Qubits in a fragile state
Even the most powerful conventional computers are not able to perform some calculations as fast as quantum computers, at least in principle, since they use the laws of quantum mechanics. Several hundred quantum bits (qubit) could be used for useful calculations – perhaps thousands – however to build a quantum computer with more than a few dozen qubits is an extremely difficult task because quantum states are fragile, short-lived, and difficult to control. Sycamore is called an NISQ because it has a medium number of qubits (54), and it is noisy, since it has poor control over the qubits.
Quantum industries are also facing challenges like a lack of consensus on the best qubit technology; some firms are developing superconducting qubits while others are working on trapped-ion computers. Another set of technologies is in development as well. Thus, quantum computers are still a few years away from being practical – and benchmarking is crucial.
While researchers are developing quantum computers, they have also found problems in which nascent quantum computers are more efficient than current conventional computers. Calculating the output of “random quantum circuits” (RQC) is clearly a task that a quantum computer can excel at. Quantum advantage has been attributed to Google using this benchmark for 2019. A quantum computer can also solve the problem by running a simulation program on a conventional supercomputer, but the crucial question is whether it can do so more efficiently than the most powerful quantum simulator.
Efficiency as a concept
Traditionally, efficiency is determined by the amount of time it takes to solve a problem. A new study by Salvatore Mandrà, Google and Oak Ridge National Lab contends that simply considering time is inappropriate. Using a four-core processor, Mandrà explains, “You can solve a problem in 30 minutes versus 1 hour using a single core.”.

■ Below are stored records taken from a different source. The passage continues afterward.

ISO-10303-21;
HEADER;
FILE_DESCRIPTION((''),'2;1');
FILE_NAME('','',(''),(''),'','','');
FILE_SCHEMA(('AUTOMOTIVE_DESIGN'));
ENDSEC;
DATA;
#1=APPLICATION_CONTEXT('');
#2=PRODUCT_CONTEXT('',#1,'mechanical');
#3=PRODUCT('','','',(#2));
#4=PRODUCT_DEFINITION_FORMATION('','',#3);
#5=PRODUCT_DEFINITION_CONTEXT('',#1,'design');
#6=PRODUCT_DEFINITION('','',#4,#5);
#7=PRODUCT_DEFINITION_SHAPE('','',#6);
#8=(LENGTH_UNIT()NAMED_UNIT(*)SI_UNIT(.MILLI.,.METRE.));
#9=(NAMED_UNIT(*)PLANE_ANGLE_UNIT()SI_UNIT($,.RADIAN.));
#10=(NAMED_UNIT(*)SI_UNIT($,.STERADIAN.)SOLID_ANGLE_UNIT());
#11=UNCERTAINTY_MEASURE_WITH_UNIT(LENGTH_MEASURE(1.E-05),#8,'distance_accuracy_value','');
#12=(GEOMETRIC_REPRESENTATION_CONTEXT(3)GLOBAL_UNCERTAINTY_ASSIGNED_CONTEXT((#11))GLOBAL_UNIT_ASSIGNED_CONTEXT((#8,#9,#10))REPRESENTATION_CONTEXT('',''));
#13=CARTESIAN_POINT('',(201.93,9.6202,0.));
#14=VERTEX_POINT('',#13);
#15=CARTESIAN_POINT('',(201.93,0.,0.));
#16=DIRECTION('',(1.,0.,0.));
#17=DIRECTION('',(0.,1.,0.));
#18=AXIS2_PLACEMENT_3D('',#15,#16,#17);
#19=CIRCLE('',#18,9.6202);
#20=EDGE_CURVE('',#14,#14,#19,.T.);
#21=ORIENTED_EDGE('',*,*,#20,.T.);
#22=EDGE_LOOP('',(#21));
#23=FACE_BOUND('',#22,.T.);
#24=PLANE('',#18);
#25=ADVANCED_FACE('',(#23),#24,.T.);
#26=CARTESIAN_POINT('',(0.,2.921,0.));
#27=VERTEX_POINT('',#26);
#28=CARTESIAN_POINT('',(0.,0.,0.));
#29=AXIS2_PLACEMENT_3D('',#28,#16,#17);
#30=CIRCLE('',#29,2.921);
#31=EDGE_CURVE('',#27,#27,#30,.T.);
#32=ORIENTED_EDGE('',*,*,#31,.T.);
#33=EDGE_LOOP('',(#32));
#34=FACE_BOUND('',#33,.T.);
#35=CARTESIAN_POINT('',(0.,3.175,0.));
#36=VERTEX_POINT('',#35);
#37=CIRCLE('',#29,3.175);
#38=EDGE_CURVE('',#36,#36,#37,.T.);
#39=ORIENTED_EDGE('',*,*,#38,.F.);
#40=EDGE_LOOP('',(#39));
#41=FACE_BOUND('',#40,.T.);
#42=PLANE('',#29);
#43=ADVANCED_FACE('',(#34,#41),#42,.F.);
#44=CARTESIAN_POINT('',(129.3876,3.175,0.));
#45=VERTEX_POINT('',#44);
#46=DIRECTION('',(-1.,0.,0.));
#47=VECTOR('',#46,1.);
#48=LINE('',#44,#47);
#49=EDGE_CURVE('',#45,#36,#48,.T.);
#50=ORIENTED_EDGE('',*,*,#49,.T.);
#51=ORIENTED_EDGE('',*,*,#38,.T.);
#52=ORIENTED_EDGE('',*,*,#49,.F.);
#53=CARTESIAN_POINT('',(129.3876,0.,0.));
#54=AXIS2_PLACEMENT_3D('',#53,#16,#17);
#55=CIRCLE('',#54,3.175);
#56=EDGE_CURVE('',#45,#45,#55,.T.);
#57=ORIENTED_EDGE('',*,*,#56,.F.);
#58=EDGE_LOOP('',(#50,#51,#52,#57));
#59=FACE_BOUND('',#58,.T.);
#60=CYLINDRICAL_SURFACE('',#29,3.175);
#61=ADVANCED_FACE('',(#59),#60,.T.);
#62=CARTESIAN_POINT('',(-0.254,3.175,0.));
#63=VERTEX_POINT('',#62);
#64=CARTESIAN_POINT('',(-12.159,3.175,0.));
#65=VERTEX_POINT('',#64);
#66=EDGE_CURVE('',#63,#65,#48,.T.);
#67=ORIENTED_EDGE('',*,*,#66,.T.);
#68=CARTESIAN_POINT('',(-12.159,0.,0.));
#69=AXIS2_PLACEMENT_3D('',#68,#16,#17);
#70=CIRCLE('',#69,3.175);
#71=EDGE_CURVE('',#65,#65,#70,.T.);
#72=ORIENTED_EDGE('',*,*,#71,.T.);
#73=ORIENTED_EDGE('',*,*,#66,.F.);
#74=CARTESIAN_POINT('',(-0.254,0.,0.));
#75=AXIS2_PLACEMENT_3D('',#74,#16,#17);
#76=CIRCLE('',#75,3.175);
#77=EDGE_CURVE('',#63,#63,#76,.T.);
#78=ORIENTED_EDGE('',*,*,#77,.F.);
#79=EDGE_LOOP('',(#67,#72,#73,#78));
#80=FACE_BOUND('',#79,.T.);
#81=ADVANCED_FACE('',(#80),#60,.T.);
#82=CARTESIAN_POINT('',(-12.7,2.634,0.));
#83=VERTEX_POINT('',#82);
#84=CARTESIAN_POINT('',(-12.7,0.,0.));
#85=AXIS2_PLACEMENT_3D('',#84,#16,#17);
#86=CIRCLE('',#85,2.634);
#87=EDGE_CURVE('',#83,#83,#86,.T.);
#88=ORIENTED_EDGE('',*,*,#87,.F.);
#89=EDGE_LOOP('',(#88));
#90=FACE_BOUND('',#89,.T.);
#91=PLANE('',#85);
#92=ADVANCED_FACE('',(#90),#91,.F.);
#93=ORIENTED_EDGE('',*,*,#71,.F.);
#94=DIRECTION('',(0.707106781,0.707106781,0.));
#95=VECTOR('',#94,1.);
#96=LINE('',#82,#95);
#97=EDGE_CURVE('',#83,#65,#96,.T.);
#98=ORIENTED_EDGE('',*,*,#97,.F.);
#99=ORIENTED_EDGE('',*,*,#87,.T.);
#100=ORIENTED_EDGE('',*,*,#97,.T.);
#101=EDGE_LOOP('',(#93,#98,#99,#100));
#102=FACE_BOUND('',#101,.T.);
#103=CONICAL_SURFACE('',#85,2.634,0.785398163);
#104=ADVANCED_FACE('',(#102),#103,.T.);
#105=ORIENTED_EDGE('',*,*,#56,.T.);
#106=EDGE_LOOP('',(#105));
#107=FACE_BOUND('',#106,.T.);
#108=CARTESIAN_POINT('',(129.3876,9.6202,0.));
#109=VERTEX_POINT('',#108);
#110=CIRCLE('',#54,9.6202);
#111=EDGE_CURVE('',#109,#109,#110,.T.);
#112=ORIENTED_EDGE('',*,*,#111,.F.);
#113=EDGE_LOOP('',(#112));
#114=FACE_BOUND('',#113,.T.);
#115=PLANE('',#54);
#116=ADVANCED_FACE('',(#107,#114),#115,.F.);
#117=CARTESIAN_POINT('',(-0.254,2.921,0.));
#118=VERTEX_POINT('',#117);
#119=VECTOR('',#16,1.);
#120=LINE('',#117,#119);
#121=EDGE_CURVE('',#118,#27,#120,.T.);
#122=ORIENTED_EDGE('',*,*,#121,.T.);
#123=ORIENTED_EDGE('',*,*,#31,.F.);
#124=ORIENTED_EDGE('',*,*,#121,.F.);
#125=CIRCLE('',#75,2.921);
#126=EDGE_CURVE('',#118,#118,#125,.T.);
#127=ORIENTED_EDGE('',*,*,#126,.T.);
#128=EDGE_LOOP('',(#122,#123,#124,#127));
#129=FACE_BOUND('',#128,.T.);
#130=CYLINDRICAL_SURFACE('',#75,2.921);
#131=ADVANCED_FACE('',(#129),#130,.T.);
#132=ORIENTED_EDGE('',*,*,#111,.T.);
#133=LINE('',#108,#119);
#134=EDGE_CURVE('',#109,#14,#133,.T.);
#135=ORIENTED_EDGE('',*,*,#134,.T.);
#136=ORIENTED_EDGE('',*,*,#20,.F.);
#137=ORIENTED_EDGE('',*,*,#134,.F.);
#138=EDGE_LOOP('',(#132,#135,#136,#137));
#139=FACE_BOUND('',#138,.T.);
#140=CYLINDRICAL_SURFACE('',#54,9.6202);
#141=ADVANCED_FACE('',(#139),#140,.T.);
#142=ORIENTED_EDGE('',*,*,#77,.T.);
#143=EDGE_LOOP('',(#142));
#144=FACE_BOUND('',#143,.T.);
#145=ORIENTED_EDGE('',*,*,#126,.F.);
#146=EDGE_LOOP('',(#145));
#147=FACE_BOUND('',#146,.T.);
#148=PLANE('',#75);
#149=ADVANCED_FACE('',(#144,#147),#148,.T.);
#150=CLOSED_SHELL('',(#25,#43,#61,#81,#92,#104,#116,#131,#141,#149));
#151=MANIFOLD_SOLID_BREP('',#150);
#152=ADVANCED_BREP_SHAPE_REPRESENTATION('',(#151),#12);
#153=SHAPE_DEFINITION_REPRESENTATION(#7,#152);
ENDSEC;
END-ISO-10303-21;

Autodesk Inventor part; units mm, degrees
sketch "Sketch_1" plane through (0, 0, 0) normal (0, 0, 1) x (1, 0, 0)
  line L0 (201.93, 0) -> (0, 0)
  line L1 (0, 0) -> (0, 3.175)
  line L2 (0, 3.175) -> (129.3876, 3.175)
  line L3 (129.3876, 3.175) -> (129.3876, 9.6202)
  line L4 (129.3876, 9.6202) -> (201.93, 9.6202)
  line L5 (201.93, 9.6202) -> (201.93, 0)
  line L6 (201.93, 0) -> (0, 0)
revolve "Revolution1" add sketch "Sketch_1" angle 360 about axis through (201.93, 0, 0) along (1, 0, 0)
sketch "Sketch_3" plane through (0, 0, 0) normal (0, 0, 1) x (1, 0, 0)
  line L0 (0, 0) -> (-12.7, 0)
  line L1 (-12.7, 0) -> (-12.7, 2.634)
  line L2 (-12.7, 2.634) -> (-12.159, 3.175)
  line L3 (-12.159, 3.175) -> (0, 3.175)
  line L4 (0, 3.175) -> (0, 0)
  line L5 (0, 0) -> (-12.7, 0)
revolve "Revolution2" add sketch "Sketch_3" angle 360 about axis through (0, 0, 0) along (1, 0, 0)
sketch "Sketch_30" plane through (0, 0, 0) normal (0, 0, 1) x (1, 0, 0)
  line L0 (0, 0) -> (-0.254, 0)
  line L1 (-0.254, 2.921) -> (0, 2.921)
  line L2 (0, 2.921) -> (0, 3.429)
  line L3 (0, 3.429) -> (-0.254, 3.429)
  line L4 (-0.254, 3.429) -> (-0.254, 2.921)
revolve "Revolution3" cut sketch "Sketch_30" angle 360 about axis through (0, 0, 0) along (1, 0, 0)
ref_plane "dia1_XY" through (0, 3.175, 0) normal (1, 0, 0) x (0, 0, -1)
ref_plane "dia1_YZ" through (0, 3.175, 0) normal (0, 0, -1) x (0, 1, 0)
ref_plane "dia1_ZX" through (0, 3.175, 0) normal (0, 1, 0) x (1, 0, 0)
ref_plane "dia12_XY" through (0, 0, 10.9537) normal (1, 0, 0) x (0, 0, -1)
ref_plane "dia12_YZ" through (0, 0, 10.9537) normal (0, 0, -1) x (0, 1, 0)
ref_plane "dia12_ZX" through (0, 0, 10.9537) normal (0, 1, 0) x (1, 0, 0)
ref_plane "dia1r_XY" through (0, 0, 10.2235) normal (1, 0, 0) x (0, 0, -1)
ref_plane "dia1r_YZ" through (0, 0, 10.2235) normal (0, 0, -1) x (0, 1, 0)
ref_plane "dia1r_ZX" through (0, 0, 10.2235) normal (0, 1, 0) x (1, 0, 0)
ref_plane "dia2_XY" through (0, -3.175, 0) normal (1, 0, 0) x (0, 0, -1)
ref_plane "dia2_YZ" through (0, -3.175, 0) normal (0, 0, -1) x (0, 1, 0)
ref_plane "dia2_ZX" through (0, -3.175, 0) normal (0, 1, 0) x (1, 0, 0)
ref_plane "dia22_XY" through (0, 0, -10.9537) normal (1, 0, 0) x (0, 0, -1)
ref_plane "dia22_YZ" through (0, 0, -10.9537) normal (0, 0, -1) x (0, 1, 0)
ref_plane "dia22_ZX" through (0, 0, -10.9537) normal (0, 1, 0) x (1, 0, 0)
ref_plane "dia2r_XY" through (0, 0, -10.2235) normal (1, 0, 0) x (0, 0, -1)
ref_plane "dia2r_YZ" through (0, 0, -10.2235) normal (0, 0, -1) x (0, 1, 0)
ref_plane "dia2r_ZX" through (0, 0, -10.2235) normal (0, 1, 0) x (1, 0, 0)
ref_plane "rl1_XY" through (-12.7, 0, 0) normal (1, 0, 0) x (0, 0, -1)
ref_plane "rl1_YZ" through (-12.7, 0, 0) normal (0, 0, -1) x (0, 1, 0)
ref_plane "rl1_ZX" through (-12.7, 0, 0) normal (0, 1, 0) x (1, 0, 0)
ref_plane "rl2_XY" through (0, 0, 0) normal (1, 0, 0) x (0, 0, -1)
ref_plane "rl2_YZ" through (0, 0, 0) normal (0, 0, -1) x (0, 1, 0)
ref_plane "rl2_ZX" through (0, 0, 0) normal (0, 1, 0) x (1, 0, 0)
ref_plane "rod_cp_XY" through (0, 0, 0) normal (1, 0, 0) x (0, 0, -1)
ref_plane "rod_cp_YZ" through (0, 0, 0) normal (0, 0, -1) x (0, 1, 0)
ref_plane "rod_cp_ZX" through (0, 0, 0) normal (0, 1, 0) x (1, 0, 0)
ref_plane "stroke1_XY" through (0, 0, 0) normal (1, 0, 0) x (0, 0, -1)
ref_plane "stroke1_YZ" through (0, 0, 0) normal (0, 0, -1) x (0, 1, 0)
ref_plane "stroke1_ZX" through (0, 0, 0) normal (0, 1, 0) x (1, 0, 0)
ref_plane "thd1_XY" through (-12.7, 3.175, 0) normal (1, 0, 0) x (0, 0, -1)
ref_plane "thd1_YZ" through (-12.7, 3.175, 0) normal (0, 0, -1) x (0, 1, 0)
ref_plane "thd1_ZX" through (-12.7, 3.175, 0) normal (0, 1, 0) x (1, 0, 0)
ref_plane "thd2_XY" through (-12.7, -3.175, 0) normal (1, 0, 0) x (0, 0, -1)
ref_plane "thd2_YZ" through (-12.7, -3.175, 0) normal (0, 0, -1) x (0, 1, 0)
ref_plane "thd2_ZX" through (-12.7, -3.175, 0) normal (0, 1, 0) x (1, 0, 0)
ref_plane "to_rod_clevis_XY" through (-16.764, 0, 0) normal (1, 0, 0) x (0, 0, -1)
ref_plane "to_rod_clevis_YZ" through (-16.764, 0, 0) normal (0, 0, -1) x (0, 1, 0)
ref_plane "to_rod_clevis_ZX" through (-16.764, 0, 0) normal (0, 1, 0) x (1, 0, 0)
properties part number "C-043.5-HRP0000_rod"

They instead calculated both the energy needed to solve the RQC problem with an NISQ and a conventional supercomputer. With qFlex, they developed a quantum simulator believed to be the most efficient. Despite details of the problem the simulation applies to, Mandrà says that the simulation’s efficiency remains almost constant.
On the Summit supercomputer at Oak Ridge – the world’s most powerful supercomputer – the team implemented qFlex on the Ames Electra supercomputer and on the Summit supercomputer at Ames. Both supercomputers were compared to a NISQ in terms of energy expended in performing the calculations. According to their study, to run qFlex on Electra would require 97 MWh and on Summit would require 21 MWh, while with NISQ only 4.2104 MWh would be required. An average American household uses 11 MW hours of electricity each year.
“Lots of papers are developing classical algorithms to simulate quantum systems because there’s a lot of quantum systems around and physicists care about how they behave,” says Daniel Gottesman of the Perimeter Institute for Theoretical Physics in Waterloo, Canada, who was not involved in the research. “The specific focus on quantum supremacy is probably only temporary, but after a few years it will be assumed that we have quantum computers that are better than classical ones, and classical algorithms that simulate quantum computers will become less valuable.”
Demonstrating quantum supremacy.
Quantum computers can solve problems that classical computers can’t. This is what quantum supremacy refers to. According to Google’s research paper, a sequence of millions of numbers was generated using a 53-qubit processor. Google’s algorithm produced those numbers, which appeared to be randomly generated. The values were confirmed by a classic supercomputer. According to Google, Sycamore, their quantum computer, achieved ‘superiority’ by completing the task in 200 seconds that spent 10,000 years on a conventional supercomputer.